In 2018, the companies made 37 billion lira with a 32 percent increase in one year. Their earnings then soared by 50 percent at the start of 2019 and reached 24 billion lira within the first six months. In contrast the next profit of banks currently stands at 24.7 billion lira.

The state directly intervenes to socialize private debt. For instance, the government’s Wealth Fund took out 1 billion euros in debt to save three building contractors including Ali Ağaoğlu. The government plans to borrow more to save more companies in the first half of 2020. It seems like the energy sector is next.

The construction of highways, bridges, city hospitals remain as guarantees with regards to the public budget. The budget will also have to take into account the passenger guarantee payments at Istanbul airport that will soon be introduced. Thus, it is no exaggeration to predict the budget deficit in 2020 to reach 138.9 billion liras, thereby rising by 70% percent.

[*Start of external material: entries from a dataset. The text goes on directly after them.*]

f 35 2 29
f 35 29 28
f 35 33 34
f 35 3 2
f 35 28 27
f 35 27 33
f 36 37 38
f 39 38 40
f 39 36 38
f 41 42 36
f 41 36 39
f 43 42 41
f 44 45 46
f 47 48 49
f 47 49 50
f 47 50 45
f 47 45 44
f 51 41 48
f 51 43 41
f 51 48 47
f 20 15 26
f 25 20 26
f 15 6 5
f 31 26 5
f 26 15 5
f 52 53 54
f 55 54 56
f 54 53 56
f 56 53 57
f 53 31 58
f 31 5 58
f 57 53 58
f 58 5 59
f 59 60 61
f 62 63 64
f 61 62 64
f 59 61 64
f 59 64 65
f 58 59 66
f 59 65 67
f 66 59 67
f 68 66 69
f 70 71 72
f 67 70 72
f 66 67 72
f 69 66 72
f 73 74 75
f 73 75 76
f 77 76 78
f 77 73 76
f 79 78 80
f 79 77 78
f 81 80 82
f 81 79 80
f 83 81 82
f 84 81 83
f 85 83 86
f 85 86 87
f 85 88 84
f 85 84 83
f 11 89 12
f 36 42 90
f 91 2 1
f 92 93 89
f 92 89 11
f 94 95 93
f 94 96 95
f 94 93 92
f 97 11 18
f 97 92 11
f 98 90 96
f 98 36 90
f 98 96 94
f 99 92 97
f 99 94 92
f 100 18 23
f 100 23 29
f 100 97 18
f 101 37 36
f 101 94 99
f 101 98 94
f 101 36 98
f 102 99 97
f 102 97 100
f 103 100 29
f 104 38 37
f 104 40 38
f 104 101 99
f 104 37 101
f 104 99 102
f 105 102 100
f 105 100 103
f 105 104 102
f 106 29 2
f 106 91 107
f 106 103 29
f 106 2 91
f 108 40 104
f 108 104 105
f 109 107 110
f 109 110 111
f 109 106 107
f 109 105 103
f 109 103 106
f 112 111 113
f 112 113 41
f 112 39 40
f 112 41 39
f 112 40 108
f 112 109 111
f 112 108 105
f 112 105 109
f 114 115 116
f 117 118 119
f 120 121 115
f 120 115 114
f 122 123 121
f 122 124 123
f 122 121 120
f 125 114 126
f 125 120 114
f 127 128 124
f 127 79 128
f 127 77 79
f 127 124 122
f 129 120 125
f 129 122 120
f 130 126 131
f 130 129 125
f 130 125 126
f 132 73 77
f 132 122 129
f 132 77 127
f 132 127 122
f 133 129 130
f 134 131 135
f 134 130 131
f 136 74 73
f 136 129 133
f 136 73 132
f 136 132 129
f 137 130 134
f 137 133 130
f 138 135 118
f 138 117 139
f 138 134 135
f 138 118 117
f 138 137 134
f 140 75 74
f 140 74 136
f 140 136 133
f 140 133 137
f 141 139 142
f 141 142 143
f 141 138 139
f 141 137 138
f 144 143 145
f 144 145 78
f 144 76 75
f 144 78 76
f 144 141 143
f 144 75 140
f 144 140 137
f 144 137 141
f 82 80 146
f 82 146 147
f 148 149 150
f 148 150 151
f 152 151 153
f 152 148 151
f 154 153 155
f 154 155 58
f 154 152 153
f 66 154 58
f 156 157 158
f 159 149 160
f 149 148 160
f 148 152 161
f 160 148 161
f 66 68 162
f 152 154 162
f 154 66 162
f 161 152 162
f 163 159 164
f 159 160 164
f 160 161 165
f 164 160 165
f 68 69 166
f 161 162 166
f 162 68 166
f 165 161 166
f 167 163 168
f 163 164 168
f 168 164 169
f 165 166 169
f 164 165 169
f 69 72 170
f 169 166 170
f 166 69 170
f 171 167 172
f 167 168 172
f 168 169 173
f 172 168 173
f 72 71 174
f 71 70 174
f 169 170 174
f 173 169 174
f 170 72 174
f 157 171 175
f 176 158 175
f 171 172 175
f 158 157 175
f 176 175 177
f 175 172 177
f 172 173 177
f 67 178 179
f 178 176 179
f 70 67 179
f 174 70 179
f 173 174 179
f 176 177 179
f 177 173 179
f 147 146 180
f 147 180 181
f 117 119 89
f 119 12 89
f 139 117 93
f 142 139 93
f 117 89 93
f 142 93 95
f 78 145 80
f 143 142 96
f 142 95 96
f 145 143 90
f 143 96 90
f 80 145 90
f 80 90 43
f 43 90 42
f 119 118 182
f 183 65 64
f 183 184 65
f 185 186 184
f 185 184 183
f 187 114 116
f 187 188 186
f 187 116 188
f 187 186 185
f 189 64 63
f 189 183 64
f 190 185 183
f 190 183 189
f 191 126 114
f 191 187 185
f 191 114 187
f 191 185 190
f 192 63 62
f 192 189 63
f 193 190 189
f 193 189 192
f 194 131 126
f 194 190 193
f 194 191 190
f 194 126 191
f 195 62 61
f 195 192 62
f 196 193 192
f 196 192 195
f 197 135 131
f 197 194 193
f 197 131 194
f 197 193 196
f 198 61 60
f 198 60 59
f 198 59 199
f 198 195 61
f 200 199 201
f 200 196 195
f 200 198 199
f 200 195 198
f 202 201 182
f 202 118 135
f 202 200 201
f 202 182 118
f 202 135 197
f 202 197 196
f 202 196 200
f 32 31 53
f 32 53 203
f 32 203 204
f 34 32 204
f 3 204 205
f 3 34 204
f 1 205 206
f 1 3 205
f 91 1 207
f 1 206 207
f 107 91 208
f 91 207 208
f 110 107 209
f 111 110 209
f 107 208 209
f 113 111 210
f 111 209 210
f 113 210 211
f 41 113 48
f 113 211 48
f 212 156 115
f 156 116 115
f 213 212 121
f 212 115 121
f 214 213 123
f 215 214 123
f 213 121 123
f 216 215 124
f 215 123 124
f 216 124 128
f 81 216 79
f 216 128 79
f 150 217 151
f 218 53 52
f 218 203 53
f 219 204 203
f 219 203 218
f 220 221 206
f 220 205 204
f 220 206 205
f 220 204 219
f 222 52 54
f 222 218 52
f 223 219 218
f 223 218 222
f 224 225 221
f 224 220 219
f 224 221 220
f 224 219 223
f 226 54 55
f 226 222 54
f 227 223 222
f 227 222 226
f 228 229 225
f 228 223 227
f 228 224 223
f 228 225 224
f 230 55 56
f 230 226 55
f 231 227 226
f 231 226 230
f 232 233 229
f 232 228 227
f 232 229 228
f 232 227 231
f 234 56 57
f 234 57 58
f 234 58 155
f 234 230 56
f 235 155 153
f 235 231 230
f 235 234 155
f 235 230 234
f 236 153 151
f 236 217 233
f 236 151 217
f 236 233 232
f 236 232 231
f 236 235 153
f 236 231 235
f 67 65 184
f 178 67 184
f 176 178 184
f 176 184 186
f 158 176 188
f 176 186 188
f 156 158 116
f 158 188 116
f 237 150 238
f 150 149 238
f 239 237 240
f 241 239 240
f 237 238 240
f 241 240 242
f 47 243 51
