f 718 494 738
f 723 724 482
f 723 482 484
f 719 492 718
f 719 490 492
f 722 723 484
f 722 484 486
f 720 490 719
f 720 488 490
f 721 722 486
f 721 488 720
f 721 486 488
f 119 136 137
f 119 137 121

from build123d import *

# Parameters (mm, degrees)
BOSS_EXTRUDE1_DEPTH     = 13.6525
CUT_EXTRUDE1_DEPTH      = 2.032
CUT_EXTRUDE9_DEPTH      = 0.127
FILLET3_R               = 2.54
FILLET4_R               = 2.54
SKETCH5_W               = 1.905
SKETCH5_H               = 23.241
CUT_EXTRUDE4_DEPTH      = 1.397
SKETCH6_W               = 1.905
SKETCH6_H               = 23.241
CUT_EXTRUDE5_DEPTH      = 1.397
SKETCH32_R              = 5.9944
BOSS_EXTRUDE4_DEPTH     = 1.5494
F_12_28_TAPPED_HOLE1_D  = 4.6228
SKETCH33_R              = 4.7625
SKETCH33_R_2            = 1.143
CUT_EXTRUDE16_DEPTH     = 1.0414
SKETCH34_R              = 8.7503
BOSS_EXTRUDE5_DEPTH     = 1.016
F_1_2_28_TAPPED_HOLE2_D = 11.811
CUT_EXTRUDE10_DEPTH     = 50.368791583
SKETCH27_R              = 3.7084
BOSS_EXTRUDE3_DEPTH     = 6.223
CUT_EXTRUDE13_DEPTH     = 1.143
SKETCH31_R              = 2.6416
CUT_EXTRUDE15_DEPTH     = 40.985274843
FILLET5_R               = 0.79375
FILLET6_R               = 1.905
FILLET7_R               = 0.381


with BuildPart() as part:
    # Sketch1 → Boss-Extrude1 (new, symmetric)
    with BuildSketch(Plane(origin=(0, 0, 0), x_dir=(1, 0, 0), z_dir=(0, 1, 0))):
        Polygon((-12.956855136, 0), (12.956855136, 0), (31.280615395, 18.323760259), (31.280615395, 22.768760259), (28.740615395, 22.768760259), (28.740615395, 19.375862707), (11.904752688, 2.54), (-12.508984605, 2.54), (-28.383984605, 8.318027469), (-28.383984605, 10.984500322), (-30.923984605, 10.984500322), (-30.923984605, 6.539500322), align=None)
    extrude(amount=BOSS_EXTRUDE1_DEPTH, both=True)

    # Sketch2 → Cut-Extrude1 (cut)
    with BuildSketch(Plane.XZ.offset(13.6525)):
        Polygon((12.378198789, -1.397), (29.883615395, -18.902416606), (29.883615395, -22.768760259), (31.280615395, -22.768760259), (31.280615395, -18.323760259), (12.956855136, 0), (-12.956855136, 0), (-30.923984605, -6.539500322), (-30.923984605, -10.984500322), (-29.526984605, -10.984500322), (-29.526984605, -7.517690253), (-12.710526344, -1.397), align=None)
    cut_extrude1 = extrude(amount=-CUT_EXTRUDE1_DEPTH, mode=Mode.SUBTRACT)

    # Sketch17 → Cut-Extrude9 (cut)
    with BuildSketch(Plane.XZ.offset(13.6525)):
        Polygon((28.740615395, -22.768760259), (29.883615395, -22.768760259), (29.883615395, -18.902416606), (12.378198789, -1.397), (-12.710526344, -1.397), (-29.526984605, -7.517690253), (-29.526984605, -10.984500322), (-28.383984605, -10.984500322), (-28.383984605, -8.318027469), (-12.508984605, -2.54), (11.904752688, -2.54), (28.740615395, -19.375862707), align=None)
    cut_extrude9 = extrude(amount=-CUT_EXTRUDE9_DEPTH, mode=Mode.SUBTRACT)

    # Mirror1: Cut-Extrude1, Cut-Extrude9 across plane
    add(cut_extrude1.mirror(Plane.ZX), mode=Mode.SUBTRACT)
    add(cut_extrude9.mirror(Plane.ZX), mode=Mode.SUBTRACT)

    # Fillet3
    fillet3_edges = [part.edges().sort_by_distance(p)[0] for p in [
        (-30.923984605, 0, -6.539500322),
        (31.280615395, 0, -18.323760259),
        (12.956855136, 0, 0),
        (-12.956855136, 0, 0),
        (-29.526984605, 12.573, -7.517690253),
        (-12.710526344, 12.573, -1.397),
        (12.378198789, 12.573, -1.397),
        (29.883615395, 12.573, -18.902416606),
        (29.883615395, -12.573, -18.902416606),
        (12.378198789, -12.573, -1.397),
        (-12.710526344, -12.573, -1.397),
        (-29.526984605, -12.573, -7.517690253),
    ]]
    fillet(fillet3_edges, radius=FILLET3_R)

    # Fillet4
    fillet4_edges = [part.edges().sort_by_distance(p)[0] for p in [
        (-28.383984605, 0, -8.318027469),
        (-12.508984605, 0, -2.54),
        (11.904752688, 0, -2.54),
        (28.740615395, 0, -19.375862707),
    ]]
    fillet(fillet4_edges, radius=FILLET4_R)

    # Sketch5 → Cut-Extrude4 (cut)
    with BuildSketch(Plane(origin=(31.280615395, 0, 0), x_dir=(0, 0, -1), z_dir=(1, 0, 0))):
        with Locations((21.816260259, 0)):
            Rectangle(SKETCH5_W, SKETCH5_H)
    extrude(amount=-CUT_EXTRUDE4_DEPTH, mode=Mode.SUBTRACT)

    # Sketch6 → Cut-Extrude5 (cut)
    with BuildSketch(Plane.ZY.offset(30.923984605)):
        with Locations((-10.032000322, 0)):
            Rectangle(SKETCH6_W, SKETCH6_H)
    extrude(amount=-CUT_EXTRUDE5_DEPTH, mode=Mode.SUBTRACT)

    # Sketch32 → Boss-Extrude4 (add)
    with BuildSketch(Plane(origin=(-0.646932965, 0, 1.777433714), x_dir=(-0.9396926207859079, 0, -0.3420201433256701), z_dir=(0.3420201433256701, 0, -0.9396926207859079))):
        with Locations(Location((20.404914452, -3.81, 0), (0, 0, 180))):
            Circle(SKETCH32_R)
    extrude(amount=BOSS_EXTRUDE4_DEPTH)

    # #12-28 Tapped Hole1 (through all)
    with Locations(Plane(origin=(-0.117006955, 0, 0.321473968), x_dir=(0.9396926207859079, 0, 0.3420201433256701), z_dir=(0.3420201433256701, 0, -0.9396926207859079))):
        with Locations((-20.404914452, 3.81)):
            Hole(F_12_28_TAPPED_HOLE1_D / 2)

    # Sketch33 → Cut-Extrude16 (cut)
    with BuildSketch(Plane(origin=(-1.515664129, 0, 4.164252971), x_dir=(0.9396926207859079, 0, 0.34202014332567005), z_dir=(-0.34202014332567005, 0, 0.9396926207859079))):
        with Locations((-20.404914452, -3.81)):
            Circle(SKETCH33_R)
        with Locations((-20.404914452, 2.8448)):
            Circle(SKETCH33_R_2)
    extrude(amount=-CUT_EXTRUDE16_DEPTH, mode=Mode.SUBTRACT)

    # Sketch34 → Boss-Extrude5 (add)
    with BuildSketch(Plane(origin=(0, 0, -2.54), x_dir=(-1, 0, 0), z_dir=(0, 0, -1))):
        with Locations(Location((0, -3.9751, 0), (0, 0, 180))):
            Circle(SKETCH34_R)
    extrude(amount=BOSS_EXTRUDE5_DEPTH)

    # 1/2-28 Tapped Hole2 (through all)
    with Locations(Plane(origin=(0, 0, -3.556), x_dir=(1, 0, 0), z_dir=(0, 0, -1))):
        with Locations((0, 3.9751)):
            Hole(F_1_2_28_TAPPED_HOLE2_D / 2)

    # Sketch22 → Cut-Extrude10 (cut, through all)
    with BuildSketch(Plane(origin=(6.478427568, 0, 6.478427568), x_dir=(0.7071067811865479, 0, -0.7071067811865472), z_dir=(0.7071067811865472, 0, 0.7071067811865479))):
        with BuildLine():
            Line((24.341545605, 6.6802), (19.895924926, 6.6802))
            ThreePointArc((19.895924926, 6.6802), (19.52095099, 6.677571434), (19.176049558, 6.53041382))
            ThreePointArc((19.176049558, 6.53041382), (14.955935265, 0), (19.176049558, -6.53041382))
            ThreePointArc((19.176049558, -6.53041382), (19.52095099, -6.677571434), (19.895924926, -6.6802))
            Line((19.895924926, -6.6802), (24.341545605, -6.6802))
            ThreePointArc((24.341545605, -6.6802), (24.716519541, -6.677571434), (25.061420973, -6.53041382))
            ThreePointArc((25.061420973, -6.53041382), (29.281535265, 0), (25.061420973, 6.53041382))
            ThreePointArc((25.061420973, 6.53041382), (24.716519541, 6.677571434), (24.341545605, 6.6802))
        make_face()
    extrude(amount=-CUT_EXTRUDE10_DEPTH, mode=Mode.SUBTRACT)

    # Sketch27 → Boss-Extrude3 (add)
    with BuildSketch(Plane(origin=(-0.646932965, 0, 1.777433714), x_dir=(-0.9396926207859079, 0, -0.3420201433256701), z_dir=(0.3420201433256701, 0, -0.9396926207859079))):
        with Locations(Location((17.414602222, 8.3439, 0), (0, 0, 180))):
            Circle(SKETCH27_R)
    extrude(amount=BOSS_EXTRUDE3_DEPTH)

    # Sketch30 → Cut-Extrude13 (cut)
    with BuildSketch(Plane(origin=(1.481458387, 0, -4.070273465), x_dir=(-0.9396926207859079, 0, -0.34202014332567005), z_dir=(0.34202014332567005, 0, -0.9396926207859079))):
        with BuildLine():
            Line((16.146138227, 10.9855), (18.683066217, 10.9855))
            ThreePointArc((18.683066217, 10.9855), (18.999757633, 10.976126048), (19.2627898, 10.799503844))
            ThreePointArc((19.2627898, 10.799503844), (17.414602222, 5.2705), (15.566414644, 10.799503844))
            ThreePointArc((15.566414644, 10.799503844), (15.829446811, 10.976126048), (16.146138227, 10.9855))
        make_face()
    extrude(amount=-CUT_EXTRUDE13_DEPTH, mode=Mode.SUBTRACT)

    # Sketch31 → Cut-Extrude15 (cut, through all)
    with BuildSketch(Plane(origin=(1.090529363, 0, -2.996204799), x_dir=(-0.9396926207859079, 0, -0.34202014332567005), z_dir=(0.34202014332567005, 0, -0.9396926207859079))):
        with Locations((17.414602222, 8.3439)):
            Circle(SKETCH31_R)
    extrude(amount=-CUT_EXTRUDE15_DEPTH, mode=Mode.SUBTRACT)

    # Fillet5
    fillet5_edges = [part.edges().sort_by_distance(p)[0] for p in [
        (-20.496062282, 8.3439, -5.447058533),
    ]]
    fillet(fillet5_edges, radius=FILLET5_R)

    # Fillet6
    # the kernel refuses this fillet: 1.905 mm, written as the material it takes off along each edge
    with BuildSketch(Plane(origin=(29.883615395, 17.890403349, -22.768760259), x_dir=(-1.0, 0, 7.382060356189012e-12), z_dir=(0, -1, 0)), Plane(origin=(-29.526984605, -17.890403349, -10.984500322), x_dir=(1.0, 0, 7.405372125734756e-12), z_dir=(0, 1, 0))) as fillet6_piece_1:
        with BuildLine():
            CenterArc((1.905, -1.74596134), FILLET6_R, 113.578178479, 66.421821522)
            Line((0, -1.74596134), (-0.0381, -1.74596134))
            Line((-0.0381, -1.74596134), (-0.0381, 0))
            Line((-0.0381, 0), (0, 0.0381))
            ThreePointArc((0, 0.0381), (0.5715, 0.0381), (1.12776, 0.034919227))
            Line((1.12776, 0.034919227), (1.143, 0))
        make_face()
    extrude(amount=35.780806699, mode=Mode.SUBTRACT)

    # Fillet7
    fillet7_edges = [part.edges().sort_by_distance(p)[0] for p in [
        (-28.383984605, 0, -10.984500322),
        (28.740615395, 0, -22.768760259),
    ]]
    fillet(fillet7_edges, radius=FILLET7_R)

With regards to tax revenue, the current amount is 784.6 billion lira. On average, an increase of 15 percent is expected in every tax category. Rather than on producers, the government is banking on drinkers. The total amount related to the Special Consumption (ÖTV) and Added Value (KDV) Taxes collected from alcoholic beverages and tobacco within the first 9 months of 2018 amounted to 67.4 billion lira. The amount collected by the corporate tax, which concerns 837,278 registered taxpayers, was 55.4 billion lira. Since the amount related to corporate tax won’t differ much and that expected from the Special Consumption (ÖTV) is 176 billion lira, that from alcohol and tobacco being 83 billion lira, tax expectations portend a strong markup for next year. Yet this is not sufficient. The impending danger is internal debt.

Turkey’s 1994 financial crisis was triggered by the financing of the budget deficit through internal debt. When the interest rates were raised, foreign debt served to finance internal debt, related to banking but also the public sector. The economic meltdown in 2001 partly affected the public sector but was mostly a banking crisis. As for the recent meltdown in 2018, a foreign currency shock raised much debt in the private sector. On that account, the government’s recent growth plan, based on the the socializing of private sector debt, could lead to a public finance crisis.

As of August, internal debt had reached 92 billion lira. Half of this, around 300 billion lira will be paid off in 2020. The state will pay on average 28 billion lira worth of internal debt every month. This is double the amount of 2018 and about 50 percent more than the 2019 average. We should add that according to treasury data, the due date of internal debt has come down from 70 months to 30 months.

This of course is the situation without considering interest rates. Deficits related to interest rates will also increase internal debt. Whether due to interim payments in public tenders, guaranteed projects, social security – which received a 150 billion lira transfer in 2019 and runs a deficit of over 21 billion – or the debts of local administrations and military operations, there are many reasons to further raise the deficit. Banks which are being pressured with loans today are likely to be pressured by internal debt next year.

Ironically, alcohol, tobacco and interest are forbidden by religion in the eyes of the government. Yet the fate of the 2020 budget is based on those two categories. Berat Albayrak’s one-string lyre melody is growing more piercing every year. 2019 was worse than 2018. 2020 will be worse than 2019. And so on.